- **TASK GOAL**: Write out again, exactly, the lines below starting at the one with "e46 v28 v37 LINE" and ending at the one with "face CYL(AX(P(0,-1,0),D(0,1,0),D(0,0,1)),2.25) rev [-e5".

[Data records]

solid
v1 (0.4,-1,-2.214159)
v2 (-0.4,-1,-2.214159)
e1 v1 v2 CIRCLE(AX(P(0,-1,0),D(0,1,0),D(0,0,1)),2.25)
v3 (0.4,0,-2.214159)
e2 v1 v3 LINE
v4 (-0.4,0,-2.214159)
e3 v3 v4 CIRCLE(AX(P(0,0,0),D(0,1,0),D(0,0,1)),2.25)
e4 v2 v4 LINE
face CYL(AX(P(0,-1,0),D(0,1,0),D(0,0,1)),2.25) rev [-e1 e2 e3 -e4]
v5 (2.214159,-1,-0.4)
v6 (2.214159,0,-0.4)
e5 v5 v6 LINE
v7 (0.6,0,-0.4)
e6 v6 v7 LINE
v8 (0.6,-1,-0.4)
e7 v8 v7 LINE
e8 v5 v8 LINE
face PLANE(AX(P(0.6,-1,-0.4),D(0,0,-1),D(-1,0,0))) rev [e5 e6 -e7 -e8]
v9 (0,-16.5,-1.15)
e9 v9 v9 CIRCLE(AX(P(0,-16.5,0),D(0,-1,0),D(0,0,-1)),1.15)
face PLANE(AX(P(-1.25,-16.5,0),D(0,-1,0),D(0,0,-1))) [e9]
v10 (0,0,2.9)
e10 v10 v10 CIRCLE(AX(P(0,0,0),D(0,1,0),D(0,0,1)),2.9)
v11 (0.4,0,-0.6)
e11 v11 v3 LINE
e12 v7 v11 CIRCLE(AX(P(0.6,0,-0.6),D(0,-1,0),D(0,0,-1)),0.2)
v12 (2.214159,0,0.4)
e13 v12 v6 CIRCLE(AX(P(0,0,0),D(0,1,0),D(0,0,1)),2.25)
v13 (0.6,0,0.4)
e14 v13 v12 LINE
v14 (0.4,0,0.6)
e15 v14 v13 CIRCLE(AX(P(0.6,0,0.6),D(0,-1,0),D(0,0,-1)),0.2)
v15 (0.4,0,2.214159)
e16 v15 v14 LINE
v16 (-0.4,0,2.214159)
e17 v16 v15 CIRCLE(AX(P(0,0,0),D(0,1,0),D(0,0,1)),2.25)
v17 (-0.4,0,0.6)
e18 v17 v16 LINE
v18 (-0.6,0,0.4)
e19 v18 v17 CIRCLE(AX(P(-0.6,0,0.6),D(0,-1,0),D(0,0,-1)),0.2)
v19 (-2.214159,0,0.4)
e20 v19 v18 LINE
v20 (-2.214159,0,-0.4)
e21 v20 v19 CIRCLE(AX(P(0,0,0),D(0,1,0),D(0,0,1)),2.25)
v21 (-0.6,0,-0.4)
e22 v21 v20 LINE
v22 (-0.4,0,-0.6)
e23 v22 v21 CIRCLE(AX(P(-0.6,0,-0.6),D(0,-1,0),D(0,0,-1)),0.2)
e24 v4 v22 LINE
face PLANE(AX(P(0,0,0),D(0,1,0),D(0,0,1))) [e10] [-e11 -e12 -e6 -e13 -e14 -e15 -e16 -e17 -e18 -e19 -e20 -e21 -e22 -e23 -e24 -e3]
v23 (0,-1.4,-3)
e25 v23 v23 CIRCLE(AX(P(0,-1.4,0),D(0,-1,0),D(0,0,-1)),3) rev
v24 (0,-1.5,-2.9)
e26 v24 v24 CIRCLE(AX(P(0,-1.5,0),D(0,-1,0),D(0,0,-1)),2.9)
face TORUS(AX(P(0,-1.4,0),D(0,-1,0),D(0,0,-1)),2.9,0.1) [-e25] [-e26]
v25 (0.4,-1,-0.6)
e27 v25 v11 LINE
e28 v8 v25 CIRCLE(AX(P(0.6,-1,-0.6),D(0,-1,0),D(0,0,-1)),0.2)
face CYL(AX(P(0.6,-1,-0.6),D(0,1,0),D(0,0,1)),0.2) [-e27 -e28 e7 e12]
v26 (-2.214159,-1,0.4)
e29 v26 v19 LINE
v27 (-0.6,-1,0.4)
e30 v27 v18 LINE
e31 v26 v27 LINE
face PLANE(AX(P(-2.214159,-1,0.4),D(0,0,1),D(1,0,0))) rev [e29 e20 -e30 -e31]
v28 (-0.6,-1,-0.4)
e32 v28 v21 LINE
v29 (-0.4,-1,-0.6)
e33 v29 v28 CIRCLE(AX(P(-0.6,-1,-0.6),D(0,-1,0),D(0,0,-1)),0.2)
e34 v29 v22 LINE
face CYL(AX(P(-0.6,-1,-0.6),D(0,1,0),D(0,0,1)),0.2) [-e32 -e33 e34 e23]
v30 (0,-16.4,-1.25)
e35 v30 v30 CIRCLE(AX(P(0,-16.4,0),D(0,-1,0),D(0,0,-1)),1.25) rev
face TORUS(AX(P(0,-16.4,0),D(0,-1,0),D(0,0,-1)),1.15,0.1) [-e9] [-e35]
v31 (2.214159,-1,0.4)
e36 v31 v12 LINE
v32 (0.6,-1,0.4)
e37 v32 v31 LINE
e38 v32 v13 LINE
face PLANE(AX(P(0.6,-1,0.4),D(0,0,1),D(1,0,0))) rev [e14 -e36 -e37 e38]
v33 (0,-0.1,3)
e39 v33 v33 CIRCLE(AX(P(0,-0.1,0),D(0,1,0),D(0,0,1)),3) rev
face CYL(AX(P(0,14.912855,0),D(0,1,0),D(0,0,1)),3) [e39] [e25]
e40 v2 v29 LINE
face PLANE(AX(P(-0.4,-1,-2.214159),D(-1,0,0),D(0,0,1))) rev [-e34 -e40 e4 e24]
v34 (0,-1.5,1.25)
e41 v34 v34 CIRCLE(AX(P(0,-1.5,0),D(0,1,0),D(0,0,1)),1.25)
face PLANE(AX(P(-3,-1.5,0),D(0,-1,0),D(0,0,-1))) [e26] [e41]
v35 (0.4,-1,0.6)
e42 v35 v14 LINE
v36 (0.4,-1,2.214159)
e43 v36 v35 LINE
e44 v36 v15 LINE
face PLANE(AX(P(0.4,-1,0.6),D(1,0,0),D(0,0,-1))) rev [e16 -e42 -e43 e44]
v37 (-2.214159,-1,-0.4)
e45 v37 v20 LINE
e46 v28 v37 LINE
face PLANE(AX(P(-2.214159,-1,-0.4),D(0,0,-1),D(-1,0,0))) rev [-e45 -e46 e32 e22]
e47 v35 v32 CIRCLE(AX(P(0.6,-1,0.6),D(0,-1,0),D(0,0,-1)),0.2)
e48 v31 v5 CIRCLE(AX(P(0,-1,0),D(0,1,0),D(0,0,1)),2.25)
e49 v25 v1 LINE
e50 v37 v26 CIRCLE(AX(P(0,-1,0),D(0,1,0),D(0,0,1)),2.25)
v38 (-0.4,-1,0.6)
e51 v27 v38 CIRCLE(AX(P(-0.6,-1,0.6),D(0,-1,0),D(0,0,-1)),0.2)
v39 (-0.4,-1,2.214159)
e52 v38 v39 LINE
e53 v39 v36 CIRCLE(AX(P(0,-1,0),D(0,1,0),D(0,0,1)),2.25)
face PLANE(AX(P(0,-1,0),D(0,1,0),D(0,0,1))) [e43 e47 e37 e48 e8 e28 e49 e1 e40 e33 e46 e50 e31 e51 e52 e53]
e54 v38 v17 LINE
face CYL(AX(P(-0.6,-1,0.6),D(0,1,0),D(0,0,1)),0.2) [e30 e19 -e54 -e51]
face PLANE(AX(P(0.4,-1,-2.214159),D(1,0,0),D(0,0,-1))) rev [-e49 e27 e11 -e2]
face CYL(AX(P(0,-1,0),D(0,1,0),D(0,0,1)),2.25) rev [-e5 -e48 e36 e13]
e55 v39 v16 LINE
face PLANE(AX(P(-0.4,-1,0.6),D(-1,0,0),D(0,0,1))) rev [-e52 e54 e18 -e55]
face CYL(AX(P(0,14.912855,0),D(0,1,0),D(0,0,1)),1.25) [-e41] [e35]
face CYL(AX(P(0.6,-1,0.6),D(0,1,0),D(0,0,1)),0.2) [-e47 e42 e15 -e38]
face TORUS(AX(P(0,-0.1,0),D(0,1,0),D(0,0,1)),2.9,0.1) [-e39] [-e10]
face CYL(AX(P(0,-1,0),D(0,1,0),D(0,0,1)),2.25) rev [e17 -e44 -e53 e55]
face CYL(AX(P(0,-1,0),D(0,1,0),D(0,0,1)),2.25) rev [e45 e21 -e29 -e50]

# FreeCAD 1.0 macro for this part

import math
import FreeCAD as App
import Part
import Sketcher

V = App.Vector
Q = App.Units.Quantity


def edges_at(feature, points):
    """Names of the edges that pass closest to the given points."""
    edges = feature.Shape.Edges
    near = lambda p: min(range(len(edges)), key=lambda i: edges[i].distToShape(Part.Vertex(*p))[0])
    return sorted({f"Edge{near(p) + 1}" for p in points})


def add_polygon(sketch, points):
    """Adds a closed chain of lines whose ends are joined by coincident constraints."""
    first, n = sketch.GeometryCount, len(points)
    for a, b in zip(points, points[1:] + points[:1]):
        sketch.addGeometry(Part.LineSegment(App.Vector(*a, 0), App.Vector(*b, 0)), False)
    for i in range(n):
        sketch.addConstraint(Sketcher.Constraint("Coincident", first + i, 2, first + (i + 1) % n, 1))

doc = App.newDocument("Part")
body = doc.addObject("PartDesign::Body", "Body")

# Sketch on XY plane
sketch1 = body.newObject("Sketcher::SketchObject", "Sketch")
sketch1.AttachmentSupport = (doc.getObject("XY_Plane"), [""])
sketch1.MapMode = "FlatFace"
add_polygon(sketch1, [(0, 0), (-3, 0), (-3, -1.5), (-1.2, -1.5), (-1.2, -16.5), (0, -16.5)])  # lines 0-5
sketch1.addConstraint(Sketcher.Constraint("Horizontal", 0))
sketch1.addConstraint(Sketcher.Constraint("Vertical", 1))
sketch1.addConstraint(Sketcher.Constraint("Horizontal", 2))
sketch1.addConstraint(Sketcher.Constraint("Vertical", 3))
sketch1.addConstraint(Sketcher.Constraint("Horizontal", 4))
sketch1.addConstraint(Sketcher.Constraint("Vertical", 5))
sketch1.addConstraint(Sketcher.Constraint("Coincident", 5, 2, -1, 1))
sketch1.addConstraint(Sketcher.Constraint("DistanceX", 0, 2, 0, 1, Q("3 mm")))
sketch1.addConstraint(Sketcher.Constraint("DistanceY", 3, 2, 3, 1, Q("15 mm")))
sketch1.addConstraint(Sketcher.Constraint("DistanceY", 1, 2, 1, 1, Q("1.5 mm")))
sketch1.addConstraint(Sketcher.Constraint("DistanceX", 2, 1, 2, 2, Q("1.75 mm")))
revolution = body.newObject("PartDesign::Revolution", "Revolution")
revolution.Profile = sketch1
revolution.ReferenceAxis = (sketch1, ["V_Axis"])
revolution.Angle = 360
doc.recompute()

fillet = body.newObject("PartDesign::Fillet", "Fillet")
fillet.Base = (revolution, edges_at(revolution, [(0, -16.5, -1.25), (0, -1.5, -3), (0, 0, -3)]))
fillet.Radius = 0.1

# Sketch on XZ plane
sketch2 = body.newObject("Sketcher::SketchObject", "Sketch001")
sketch2.AttachmentSupport = (doc.getObject("XZ_Plane"), [""])
sketch2.MapMode = "FlatFace"
sketch2.addGeometry(Part.LineSegment(V(-2.21, 0.4, 0), V(-0.6, 0.4, 0)), False)
sketch2.addGeometry(Part.ArcOfCircle(Part.Circle(V(-0.6, 0.6, 0), V(0, 0, 1), 0.2), math.radians(-90), math.radians(0)), False)
sketch2.addGeometry(Part.LineSegment(V(-0.4, 0.6, 0), V(-0.4, 2.21, 0)), False)
sketch2.addGeometry(Part.ArcOfCircle(Part.Circle(V(0, 0, 0), V(0, 0, 1), 2.25), math.radians(80), math.radians(100)), False)
sketch2.addGeometry(Part.LineSegment(V(0.4, 2.21, 0), V(0.4, 0.6, 0)), False)
sketch2.addGeometry(Part.ArcOfCircle(Part.Circle(V(0.6, 0.6, 0), V(0, 0, 1), 0.2), math.radians(-180), math.radians(-90)), False)
sketch2.addGeometry(Part.LineSegment(V(0.6, 0.4, 0), V(2.21, 0.4, 0)), False)
sketch2.addGeometry(Part.ArcOfCircle(Part.Circle(V(0, 0, 0), V(0, 0, 1), 2.25), math.radians(-10), math.radians(10)), False)
sketch2.addGeometry(Part.LineSegment(V(2.21, -0.4, 0), V(0.6, -0.4, 0)), False)
sketch2.addGeometry(Part.ArcOfCircle(Part.Circle(V(0.6, -0.6, 0), V(0, 0, 1), 0.2), math.radians(90), math.radians(180)), False)
sketch2.addGeometry(Part.LineSegment(V(0.4, -0.6, 0), V(0.4, -2.21, 0)), False)
sketch2.addGeometry(Part.ArcOfCircle(Part.Circle(V(0, 0, 0), V(0, 0, 1), 2.25), math.radians(-100), math.radians(-80)), False)
sketch2.addGeometry(Part.LineSegment(V(-0.4, -2.21, 0), V(-0.4, -0.6, 0)), False)
sketch2.addGeometry(Part.ArcOfCircle(Part.Circle(V(-0.6, -0.6, 0), V(0, 0, 1), 0.2), math.radians(0), math.radians(90)), False)
sketch2.addGeometry(Part.LineSegment(V(-0.6, -0.4, 0), V(-2.21, -0.4, 0)), False)
sketch2.addGeometry(Part.ArcOfCircle(Part.Circle(V(0, 0, 0), V(0, 0, 1), 2.25), math.radians(170), math.radians(190)), False)
sketch2.addConstraint(Sketcher.Constraint("Tangent", 0, 2, 1, 1))
sketch2.addConstraint(Sketcher.Constraint("Tangent", 1, 2, 2, 1))
sketch2.addConstraint(Sketcher.Constraint("Coincident", 2, 2, 3, 2))
sketch2.addConstraint(Sketcher.Constraint("Coincident", 3, 1, 4, 1))
sketch2.addConstraint(Sketcher.Constraint("Tangent", 4, 2, 5, 1))
sketch2.addConstraint(Sketcher.Constraint("Tangent", 5, 2, 6, 1))
sketch2.addConstraint(Sketcher.Constraint("Coincident", 6, 2, 7, 2))
sketch2.addConstraint(Sketcher.Constraint("Coincident", 7, 1, 8, 1))
sketch2.addConstraint(Sketcher.Constraint("Tangent", 8, 2, 9, 1))
sketch2.addConstraint(Sketcher.Constraint("Tangent", 9, 2, 10, 1))
sketch2.addConstraint(Sketcher.Constraint("Coincident", 10, 2, 11, 2))
sketch2.addConstraint(Sketcher.Constraint("Coincident", 11, 1, 12, 1))
sketch2.addConstraint(Sketcher.Constraint("Tangent", 12, 2, 13, 1))
sketch2.addConstraint(Sketcher.Constraint("Tangent", 13, 2, 14, 1))
sketch2.addConstraint(Sketcher.Constraint("Coincident", 14, 2, 15, 2))
sketch2.addConstraint(Sketcher.Constraint("Coincident", 15, 1, 0, 1))
sketch2.addConstraint(Sketcher.Constraint("Horizontal", 0))
sketch2.addConstraint(Sketcher.Constraint("Vertical", 2))
sketch2.addConstraint(Sketcher.Constraint("Vertical", 4))
sketch2.addConstraint(Sketcher.Constraint("Horizontal", 6))
sketch2.addConstraint(Sketcher.Constraint("Horizontal", 8))
sketch2.addConstraint(Sketcher.Constraint("Vertical", 10))
sketch2.addConstraint(Sketcher.Constraint("Vertical", 12))
sketch2.addConstraint(Sketcher.Constraint("Horizontal", 14))
sketch2.addConstraint(Sketcher.Constraint("Coincident", 3, 3, -1, 1))
sketch2.addConstraint(Sketcher.Constraint("Coincident", 7, 3, -1, 1))
sketch2.addConstraint(Sketcher.Constraint("Coincident", 11, 3, -1, 1))
sketch2.addConstraint(Sketcher.Constraint("Coincident", 15, 3, -1, 1))
sketch2.addConstraint(Sketcher.Constraint("Equal", 1, 5))
sketch2.addConstraint(Sketcher.Constraint("Equal", 3, 7))
sketch2.addConstraint(Sketcher.Constraint("Equal", 5, 9))
sketch2.addConstraint(Sketcher.Constraint("Equal", 7, 11))
sketch2.addConstraint(Sketcher.Constraint("Equal", 9, 13))
sketch2.addConstraint(Sketcher.Constraint("Equal", 11, 15))
sketch2.addConstraint(Sketcher.Constraint("Symmetric", 1, 3, 9, 3, -1, 1))
sketch2.addConstraint(Sketcher.Constraint("Symmetric", 5, 3, 13, 3, -1, 1))
sketch2.addConstraint(Sketcher.Constraint("Symmetric", 1, 3, 5, 3, -2))
sketch2.addConstraint(Sketcher.Constraint("Equal", 14, 2))
sketch2.addConstraint(Sketcher.Constraint("Radius", 1, Q("0.2 mm")))
sketch2.addConstraint(Sketcher.Constraint("Radius", 3, Q("2.25 mm")))
sketch2.addConstraint(Sketcher.Constraint("DistanceX", 2, 2, 5, 3, Q("1 mm")))
pocket1 = body.newObject("PartDesign::Pocket", "Pocket")
pocket1.Profile = sketch2
pocket1.Length = 1
pocket1.Reversed = True

doc.recompute()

- **EXPECTED ANSWER**:
e46 v28 v37 LINE
face PLANE(AX(P(-2.214159,-1,-0.4),D(0,0,-1),D(-1,0,0))) rev [-e45 -e46 e32 e22]
e47 v35 v32 CIRCLE(AX(P(0.6,-1,0.6),D(0,-1,0),D(0,0,-1)),0.2)
e48 v31 v5 CIRCLE(AX(P(0,-1,0),D(0,1,0),D(0,0,1)),2.25)
e49 v25 v1 LINE
e50 v37 v26 CIRCLE(AX(P(0,-1,0),D(0,1,0),D(0,0,1)),2.25)
v38 (-0.4,-1,0.6)
e51 v27 v38 CIRCLE(AX(P(-0.6,-1,0.6),D(0,-1,0),D(0,0,-1)),0.2)
v39 (-0.4,-1,2.214159)
e52 v38 v39 LINE
e53 v39 v36 CIRCLE(AX(P(0,-1,0),D(0,1,0),D(0,0,1)),2.25)
face PLANE(AX(P(0,-1,0),D(0,1,0),D(0,0,1))) [e43 e47 e37 e48 e8 e28 e49 e1 e40 e33 e46 e50 e31 e51 e52 e53]
e54 v38 v17 LINE
face CYL(AX(P(-0.6,-1,0.6),D(0,1,0),D(0,0,1)),0.2) [e30 e19 -e54 -e51]
face PLANE(AX(P(0.4,-1,-2.214159),D(1,0,0),D(0,0,-1))) rev [-e49 e27 e11 -e2]
face CYL(AX(P(0,-1,0),D(0,1,0),D(0,0,1)),2.25) rev [-e5 -e48 e36 e13]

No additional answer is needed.